I remember him as if he were a child.  Then I feel tremendous guilt.  As if I had kicked a defenseless dog.

I took the reigns from Jeremy the bad gay teacher.

I taught them what Neil Bartlett had taught me.  I taught them about Fanny and Stella the two trans boys arrested in Burlington Arcade in 1869.  I reminded them that had these boys not been arrested we might not have had any evidence that Fanny and Stella and men like them had ever existed.

I reminded them that being arrested assures future generations that we were here.  That we are part of an honorable gay history.  I told them about Private Flower who was arrested in a public lavatory in 1850 for lewd conduct.  If you want to know more about our gay history read this.  It is invaluable.

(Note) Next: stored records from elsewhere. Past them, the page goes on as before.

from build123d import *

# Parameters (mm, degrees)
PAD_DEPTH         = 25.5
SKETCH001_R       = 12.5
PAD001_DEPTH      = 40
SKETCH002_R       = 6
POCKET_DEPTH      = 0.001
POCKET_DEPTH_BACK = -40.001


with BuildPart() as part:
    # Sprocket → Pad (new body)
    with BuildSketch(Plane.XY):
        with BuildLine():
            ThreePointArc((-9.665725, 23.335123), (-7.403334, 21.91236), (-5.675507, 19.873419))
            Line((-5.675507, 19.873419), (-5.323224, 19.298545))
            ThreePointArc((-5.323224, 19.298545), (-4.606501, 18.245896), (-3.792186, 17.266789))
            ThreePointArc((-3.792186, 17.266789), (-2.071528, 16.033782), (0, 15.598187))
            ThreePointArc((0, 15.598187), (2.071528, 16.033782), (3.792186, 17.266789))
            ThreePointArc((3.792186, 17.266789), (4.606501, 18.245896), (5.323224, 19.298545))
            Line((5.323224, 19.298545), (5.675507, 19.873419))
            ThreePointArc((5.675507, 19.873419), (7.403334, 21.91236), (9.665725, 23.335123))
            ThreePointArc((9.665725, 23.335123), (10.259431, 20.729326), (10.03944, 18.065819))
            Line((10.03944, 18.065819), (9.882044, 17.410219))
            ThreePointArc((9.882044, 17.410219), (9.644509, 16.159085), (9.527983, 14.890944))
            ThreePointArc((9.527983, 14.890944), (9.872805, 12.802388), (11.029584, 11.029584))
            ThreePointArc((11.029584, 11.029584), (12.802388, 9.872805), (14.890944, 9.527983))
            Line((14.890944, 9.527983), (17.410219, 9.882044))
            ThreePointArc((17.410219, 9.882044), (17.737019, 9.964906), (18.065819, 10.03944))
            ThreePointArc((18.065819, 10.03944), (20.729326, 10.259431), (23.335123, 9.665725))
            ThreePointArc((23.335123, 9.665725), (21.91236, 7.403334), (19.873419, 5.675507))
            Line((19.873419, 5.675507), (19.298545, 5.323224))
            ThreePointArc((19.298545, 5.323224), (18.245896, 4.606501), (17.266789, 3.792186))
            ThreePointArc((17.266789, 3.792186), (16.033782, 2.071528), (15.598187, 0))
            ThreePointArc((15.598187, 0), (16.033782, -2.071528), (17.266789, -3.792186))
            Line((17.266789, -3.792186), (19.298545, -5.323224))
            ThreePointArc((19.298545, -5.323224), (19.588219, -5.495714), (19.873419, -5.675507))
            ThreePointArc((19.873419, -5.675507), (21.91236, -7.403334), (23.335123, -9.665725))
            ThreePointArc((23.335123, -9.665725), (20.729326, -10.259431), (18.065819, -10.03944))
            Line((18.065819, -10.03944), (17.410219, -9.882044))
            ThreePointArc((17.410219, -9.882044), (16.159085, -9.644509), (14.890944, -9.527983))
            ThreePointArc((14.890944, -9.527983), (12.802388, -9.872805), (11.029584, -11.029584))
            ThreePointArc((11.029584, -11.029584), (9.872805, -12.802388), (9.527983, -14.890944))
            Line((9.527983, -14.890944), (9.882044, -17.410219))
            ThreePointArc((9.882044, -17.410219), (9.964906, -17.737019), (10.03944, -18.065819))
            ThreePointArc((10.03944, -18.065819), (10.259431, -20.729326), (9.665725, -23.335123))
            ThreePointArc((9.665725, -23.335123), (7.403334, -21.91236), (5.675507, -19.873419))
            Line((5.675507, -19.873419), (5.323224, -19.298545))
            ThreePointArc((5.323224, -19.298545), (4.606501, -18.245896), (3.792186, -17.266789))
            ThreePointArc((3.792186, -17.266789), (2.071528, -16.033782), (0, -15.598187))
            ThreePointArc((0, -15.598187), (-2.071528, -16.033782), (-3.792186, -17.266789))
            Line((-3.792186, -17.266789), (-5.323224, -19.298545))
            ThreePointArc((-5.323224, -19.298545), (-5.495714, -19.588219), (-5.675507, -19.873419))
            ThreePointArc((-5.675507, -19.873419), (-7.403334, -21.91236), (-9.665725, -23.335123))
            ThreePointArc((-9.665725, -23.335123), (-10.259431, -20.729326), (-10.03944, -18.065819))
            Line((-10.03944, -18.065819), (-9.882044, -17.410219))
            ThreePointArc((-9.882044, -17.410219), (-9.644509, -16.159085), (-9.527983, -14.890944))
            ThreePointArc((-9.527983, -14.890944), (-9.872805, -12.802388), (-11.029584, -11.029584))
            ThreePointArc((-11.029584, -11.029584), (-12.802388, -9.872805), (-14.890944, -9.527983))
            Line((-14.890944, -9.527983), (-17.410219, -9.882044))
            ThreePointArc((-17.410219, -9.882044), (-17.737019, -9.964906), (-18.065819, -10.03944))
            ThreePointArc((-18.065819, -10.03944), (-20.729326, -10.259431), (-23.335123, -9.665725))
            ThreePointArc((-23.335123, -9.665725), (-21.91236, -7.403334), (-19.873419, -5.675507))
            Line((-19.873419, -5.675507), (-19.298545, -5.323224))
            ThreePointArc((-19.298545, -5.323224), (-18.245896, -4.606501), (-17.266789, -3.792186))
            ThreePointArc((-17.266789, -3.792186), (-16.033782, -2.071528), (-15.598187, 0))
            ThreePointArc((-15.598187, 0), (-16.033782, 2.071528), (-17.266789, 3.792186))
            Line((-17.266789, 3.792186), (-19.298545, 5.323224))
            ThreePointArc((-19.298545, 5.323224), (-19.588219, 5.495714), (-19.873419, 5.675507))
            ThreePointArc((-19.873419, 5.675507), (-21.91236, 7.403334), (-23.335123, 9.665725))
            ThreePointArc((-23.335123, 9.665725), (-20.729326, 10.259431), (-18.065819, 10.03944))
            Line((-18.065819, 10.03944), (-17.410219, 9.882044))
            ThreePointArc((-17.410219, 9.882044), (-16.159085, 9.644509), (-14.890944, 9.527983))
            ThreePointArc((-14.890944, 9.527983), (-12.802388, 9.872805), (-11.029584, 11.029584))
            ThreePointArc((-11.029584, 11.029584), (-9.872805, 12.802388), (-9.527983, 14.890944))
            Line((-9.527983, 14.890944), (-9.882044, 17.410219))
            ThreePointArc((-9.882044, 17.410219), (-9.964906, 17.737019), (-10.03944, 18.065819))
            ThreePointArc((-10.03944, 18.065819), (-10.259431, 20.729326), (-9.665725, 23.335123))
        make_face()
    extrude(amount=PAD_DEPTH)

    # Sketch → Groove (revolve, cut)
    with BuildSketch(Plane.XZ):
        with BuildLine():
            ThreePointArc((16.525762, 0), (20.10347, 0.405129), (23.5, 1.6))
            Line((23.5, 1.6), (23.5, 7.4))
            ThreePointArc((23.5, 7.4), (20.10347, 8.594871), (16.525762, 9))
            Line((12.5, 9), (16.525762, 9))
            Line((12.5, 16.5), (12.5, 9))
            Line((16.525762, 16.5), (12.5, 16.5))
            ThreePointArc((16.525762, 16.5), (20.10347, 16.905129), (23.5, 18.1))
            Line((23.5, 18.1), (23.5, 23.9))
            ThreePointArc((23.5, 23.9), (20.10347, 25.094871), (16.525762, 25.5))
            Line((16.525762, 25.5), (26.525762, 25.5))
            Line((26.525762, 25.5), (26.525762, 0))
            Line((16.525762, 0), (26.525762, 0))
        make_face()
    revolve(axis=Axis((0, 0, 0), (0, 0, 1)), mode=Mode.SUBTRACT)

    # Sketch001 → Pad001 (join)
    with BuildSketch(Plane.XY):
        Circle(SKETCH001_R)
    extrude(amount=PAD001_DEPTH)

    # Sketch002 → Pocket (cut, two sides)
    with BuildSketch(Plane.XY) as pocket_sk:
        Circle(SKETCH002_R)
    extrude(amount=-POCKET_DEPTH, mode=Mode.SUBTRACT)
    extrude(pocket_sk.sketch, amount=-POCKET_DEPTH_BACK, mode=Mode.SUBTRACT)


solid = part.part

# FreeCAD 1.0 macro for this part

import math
import FreeCAD as App
import Part
import Sketcher
from FreeCAD import Vector
Q = App.Units.Quantity

doc = App.newDocument("Part")
body = doc.addObject("PartDesign::Body", "Body")

# Sketch on XY plane
sketch1 = body.newObject("Sketcher::SketchObject", "Sketch")
sketch1.AttachmentSupport = (doc.getObject("XY_Plane"), [""])
sketch1.MapMode = "FlatFace"
sketch1.addGeometry([
    Part.ArcOfCircle(Part.Circle(Vector(-13.141261, 15.298398, 0), Vector(0, 0, 1), 8.756044), math.radians(31.500006), math.radians(66.613605)),  # 0
    Part.ArcOfCircle(Part.Circle(Vector(-1.525324, 20.109877, 0), Vector(0, 0, 1), 8.756046), math.radians(158.386411), math.radians(193.499995)),  # 1
    Part.ArcOfCircle(Part.Circle(Vector(2.939557, 20.835114, 0), Vector(0, 0, 1), 13.271147), math.radians(-167.955557), math.radians(-165.044382)),  # 2
    Part.LineSegment(Vector(-9.882044, 17.410219, 0), Vector(-9.527983, 14.890944, 0)),  # 3
    Part.ArcOfCircle(Part.Circle(Vector(-14.666587, 14.666588, 0), Vector(0, 0, 1), 5.1435), math.radians(-45.000004), math.radians(2.499998)),  # 4
    Part.ArcOfCircle(Part.Circle(Vector(-14.666588, 14.666587, 0), Vector(0, 0, 1), 5.1435), math.radians(-92.499998), math.radians(-44.999996)),  # 5
    Part.ArcOfCircle(Part.Circle(Vector(-14.312043, 22.786894, 0), Vector(0, 0, 1), 13.271543), math.radians(-103.499981), math.radians(-92.500019)),  # 6
    Part.LineSegment(Vector(-17.410219, 9.882044, 0), Vector(-18.065819, 10.03944, 0)),  # 7
    Part.ArcOfCircle(Part.Circle(Vector(-20.109877, 1.525324, 0), Vector(0, 0, 1), 8.756046), math.radians(76.500005), math.radians(111.613589)),  # 8
    Part.ArcOfCircle(Part.Circle(Vector(-15.298398, 13.141261, 0), Vector(0, 0, 1), 8.756044), math.radians(-156.613605), math.radians(-121.500006)),  # 9
    Part.ArcOfCircle(Part.Circle(Vector(-12.653848, 16.811587, 0), Vector(0, 0, 1), 13.271567), math.radians(-122.955522), math.radians(-120.044443)),  # 10
    Part.LineSegment(Vector(-19.298545, 5.323224, 0), Vector(-17.266789, 3.792186, 0)),  # 11
    Part.ArcOfCircle(Part.Circle(Vector(-20.74168, 0.000003, 0), Vector(0, 0, 1), 5.143493), math.radians(-0.00003), math.radians(47.500036)),  # 12
    Part.ArcOfCircle(Part.Circle(Vector(-20.74168, -0.000003, 0), Vector(0, 0, 1), 5.143493), math.radians(-47.500036), math.radians(0.00003)),  # 13
    Part.ArcOfCircle(Part.Circle(Vector(-26.23286, 5.992557, 0), Vector(0, 0, 1), 13.271459), math.radians(-58.500017), math.radians(-47.499982)),  # 14
    Part.LineSegment(Vector(-19.298545, -5.323224, 0), Vector(-19.873419, -5.675507, 0)),  # 15
    Part.ArcOfCircle(Part.Circle(Vector(-15.298398, -13.141261, 0), Vector(0, 0, 1), 8.756044), math.radians(121.500006), math.radians(156.613605)),  # 16
    Part.ArcOfCircle(Part.Circle(Vector(-20.109877, -1.525324, 0), Vector(0, 0, 1), 8.756046), math.radians(-111.613589), math.radians(-76.500005)),  # 17
    Part.ArcOfCircle(Part.Circle(Vector(-20.835114, 2.939557, 0), Vector(0, 0, 1), 13.271147), math.radians(-77.955557), math.radians(-75.044382)),  # 18
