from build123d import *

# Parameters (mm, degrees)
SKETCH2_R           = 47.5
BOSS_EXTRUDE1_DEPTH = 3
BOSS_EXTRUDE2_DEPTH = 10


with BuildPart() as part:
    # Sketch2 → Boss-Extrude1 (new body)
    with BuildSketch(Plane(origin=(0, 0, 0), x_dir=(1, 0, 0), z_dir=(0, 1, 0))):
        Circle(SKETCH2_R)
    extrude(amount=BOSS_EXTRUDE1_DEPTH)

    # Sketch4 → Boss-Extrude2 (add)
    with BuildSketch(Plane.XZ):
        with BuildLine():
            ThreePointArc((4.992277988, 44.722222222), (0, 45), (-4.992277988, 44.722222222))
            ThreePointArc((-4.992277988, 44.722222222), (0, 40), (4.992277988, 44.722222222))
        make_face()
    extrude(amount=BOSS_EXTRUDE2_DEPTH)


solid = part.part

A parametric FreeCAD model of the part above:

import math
import FreeCAD as App
import Part
import Sketcher
from FreeCAD import Vector
Q = App.Units.Quantity

doc = App.newDocument("Part")
body = doc.addObject("PartDesign::Body", "Body")

# Sketch on XZ plane
sketch1 = body.newObject("Sketcher::SketchObject", "Sketch")
sketch1.AttachmentSupport = (doc.getObject("XZ_Plane"), [""])
sketch1.MapMode = "FlatFace"
sketch1.addGeometry(Part.Circle(Vector(0, 0, 0), Vector(0, 0, 1), 47.5), False)
sketch1.addConstraint([
    Sketcher.Constraint("Coincident", 0, 3, -1, 1),
    Sketcher.Constraint("Diameter", 0, Q("95 mm")),
])
pad1 = body.newObject("PartDesign::Pad", "Pad")
pad1.Profile = sketch1
pad1.Length = 3
pad1.Reversed = True

# Sketch on XZ plane
sketch2 = body.newObject("Sketcher::SketchObject", "Sketch001")
sketch2.AttachmentSupport = (doc.getObject("XZ_Plane"), [""])
sketch2.MapMode = "FlatFace"
sketch2.addGeometry([
    Part.ArcOfCircle(Part.Circle(Vector(0, 0, 0), Vector(0, 0, 1), 45), math.radians(83.630523), math.radians(96.369477)),
    Part.ArcOfCircle(Part.Circle(Vector(0, 45, 0), Vector(0, 0, 1), 5), math.radians(-176.815261), math.radians(-3.184739)),
], False)
sketch2.addConstraint([
    Sketcher.Constraint("Coincident", 0, 1, 1, 2),
    Sketcher.Constraint("Coincident", 1, 1, 0, 2),
    Sketcher.Constraint("Coincident", 0, 3, -1, 1),
    Sketcher.Constraint("PointOnObject", 1, 3, -2),
    Sketcher.Constraint("Radius", 0, Q("45 mm")),
    Sketcher.Constraint("Radius", 1, Q("5 mm")),
    Sketcher.Constraint("DistanceY", -1, 1, 1, 3, Q("45 mm")),
])
pad2 = body.newObject("PartDesign::Pad", "Pad001")
pad2.Profile = sketch2
pad2.Length = 10

doc.recompute()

“At Marlborough Street Court, when the assistant gaoler Scott called out “Ernest Cole,” a person looking like a well-dressed woman stepped into the dock and gravely faced Mr. Denman, the presiding magistrate. No one would have imagined that the prisoner, who was attired in a black fur-trimmed winter mantle, large black feathered hat and veil, and carried a muff and neat hang-bag was a man. It was alleged that the prisoner was a suspected person loitering in Oxford-street presumably for the purpose of committing a felony. Detective Gittens, D Division, deposed that, while in company with Detective Dyer, he saw the prisoner in Oxford-street on Monday evening. The prisoner was behaving like a disorderly female. He went up to the prisoner, and told him that he believed him to be a man. The prisoner endeavoured to escape by jumping on to an omnibus.”

The Times, January 2, 1901

Not everyone approved of the classes or the notion of an honor dorm.  Some of the deputies loathed the idea that we were being cossetted so.  The officers, the deputies.  Rookie cops, their young fearful faces.  On their own, on the way to the attorney room they would engage in conversation.  Their faces momentarily discarding that look of disdain.

My favorite was the fascinatingly sexy Deputy Beeman.  Short black hair, piercing blue eyes, a body to die for but most delightful of all…his sexy swagger, his perfect ass…his figure hugging uniform holding him snugly, perfectly…fueling ghastly fantasies…late at night I would imagine him forcing me to do unspeakable things.

As I have said…for people like me…it was hard not to eroticize his demands.

The school dorm is the idea of forward thinking Deputy Baca, the controversial head of the jail.  Baca believes that inmate education is the way forward.  He has thrown his weight behind the Share Tolerance scheme run by the kindly and considerate Deputy Vargas.  Share Tolerance is aimed mostly at breaking the cycle of recidivism and gang related violence in the General Population but we (the gays) took the class too.

We were taken to a warm carpeted room (the jail is freezing cold) decorated to stimulate and comfort.  We were asked to kick off our shoes, sit where we wanted then invited to watch a mawkish video about intolerance introduced by the awkward Deputy Baca.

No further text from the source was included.